== Exercise prompt ==
Print the data that follows, exactly and completely.

(Records from a data collection)
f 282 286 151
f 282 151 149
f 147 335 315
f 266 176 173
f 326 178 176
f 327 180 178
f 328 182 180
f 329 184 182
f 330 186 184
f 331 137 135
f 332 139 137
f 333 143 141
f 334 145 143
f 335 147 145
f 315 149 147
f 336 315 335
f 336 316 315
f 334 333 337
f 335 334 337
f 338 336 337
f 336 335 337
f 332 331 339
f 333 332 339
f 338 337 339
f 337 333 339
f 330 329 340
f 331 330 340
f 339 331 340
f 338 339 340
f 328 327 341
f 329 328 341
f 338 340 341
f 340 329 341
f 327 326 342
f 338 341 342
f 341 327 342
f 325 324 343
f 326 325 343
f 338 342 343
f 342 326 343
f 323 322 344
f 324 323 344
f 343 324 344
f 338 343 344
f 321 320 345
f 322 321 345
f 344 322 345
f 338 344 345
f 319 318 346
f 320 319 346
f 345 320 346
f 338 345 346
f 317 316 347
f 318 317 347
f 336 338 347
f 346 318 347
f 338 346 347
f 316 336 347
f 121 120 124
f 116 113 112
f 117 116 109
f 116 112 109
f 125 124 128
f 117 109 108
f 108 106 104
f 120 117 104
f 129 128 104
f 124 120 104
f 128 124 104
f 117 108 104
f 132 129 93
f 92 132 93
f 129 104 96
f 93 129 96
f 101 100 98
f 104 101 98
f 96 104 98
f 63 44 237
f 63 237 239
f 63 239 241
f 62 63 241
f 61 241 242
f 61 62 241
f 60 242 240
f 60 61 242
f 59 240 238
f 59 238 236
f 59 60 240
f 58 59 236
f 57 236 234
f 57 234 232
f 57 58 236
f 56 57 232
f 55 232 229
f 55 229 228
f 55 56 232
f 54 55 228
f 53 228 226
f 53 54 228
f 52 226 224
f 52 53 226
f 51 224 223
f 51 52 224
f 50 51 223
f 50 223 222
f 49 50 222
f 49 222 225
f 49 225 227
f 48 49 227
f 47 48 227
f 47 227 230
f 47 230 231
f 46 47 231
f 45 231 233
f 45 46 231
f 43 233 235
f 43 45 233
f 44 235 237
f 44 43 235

== Written answer ==
f 282 286 151
f 282 151 149
f 147 335 315
f 266 176 173
f 326 178 176
f 327 180 178
f 328 182 180
f 329 184 182
f 330 186 184
f 331 137 135
f 332 139 137
f 333 143 141
f 334 145 143
f 335 147 145
f 315 149 147
f 336 315 335
f 336 316 315
f 334 333 337
f 335 334 337
f 338 336 337
f 336 335 337
f 332 331 339
f 333 332 339
f 338 337 339
f 337 333 339
f 330 329 340
f 331 330 340
f 339 331 340
f 338 339 340
f 328 327 341
f 329 328 341
f 338 340 341
f 340 329 341
f 327 326 342
f 338 341 342
f 341 327 342
f 325 324 343
f 326 325 343
f 338 342 343
f 342 326 343
f 323 322 344
f 324 323 344
f 343 324 344
f 338 343 344
f 321 320 345
f 322 321 345
f 344 322 345
f 338 344 345
f 319 318 346
f 320 319 346
f 345 320 346
f 338 345 346
f 317 316 347
f 318 317 347
f 336 338 347
f 346 318 347
f 338 346 347
f 316 336 347
f 121 120 124
f 116 113 112
f 117 116 109
f 116 112 109
f 125 124 128
f 117 109 108
f 108 106 104
f 120 117 104
f 129 128 104
f 124 120 104
f 128 124 104
f 117 108 104
f 132 129 93
f 92 132 93
f 129 104 96
f 93 129 96
f 101 100 98
f 104 101 98
f 96 104 98
f 63 44 237
f 63 237 239
f 63 239 241
f 62 63 241
f 61 241 242
f 61 62 241
f 60 242 240
f 60 61 242
f 59 240 238
f 59 238 236
f 59 60 240
f 58 59 236
f 57 236 234
f 57 234 232
f 57 58 236
f 56 57 232
f 55 232 229
f 55 229 228
f 55 56 232
f 54 55 228
f 53 228 226
f 53 54 228
f 52 226 224
f 52 53 226
f 51 224 223
f 51 52 224
f 50 51 223
f 50 223 222
f 49 50 222
f 49 222 225
f 49 225 227
f 48 49 227
f 47 48 227
f 47 227 230
f 47 230 231
f 46 47 231
f 45 231 233
f 45 46 231
f 43 233 235
f 43 45 233
f 44 235 237
f 44 43 235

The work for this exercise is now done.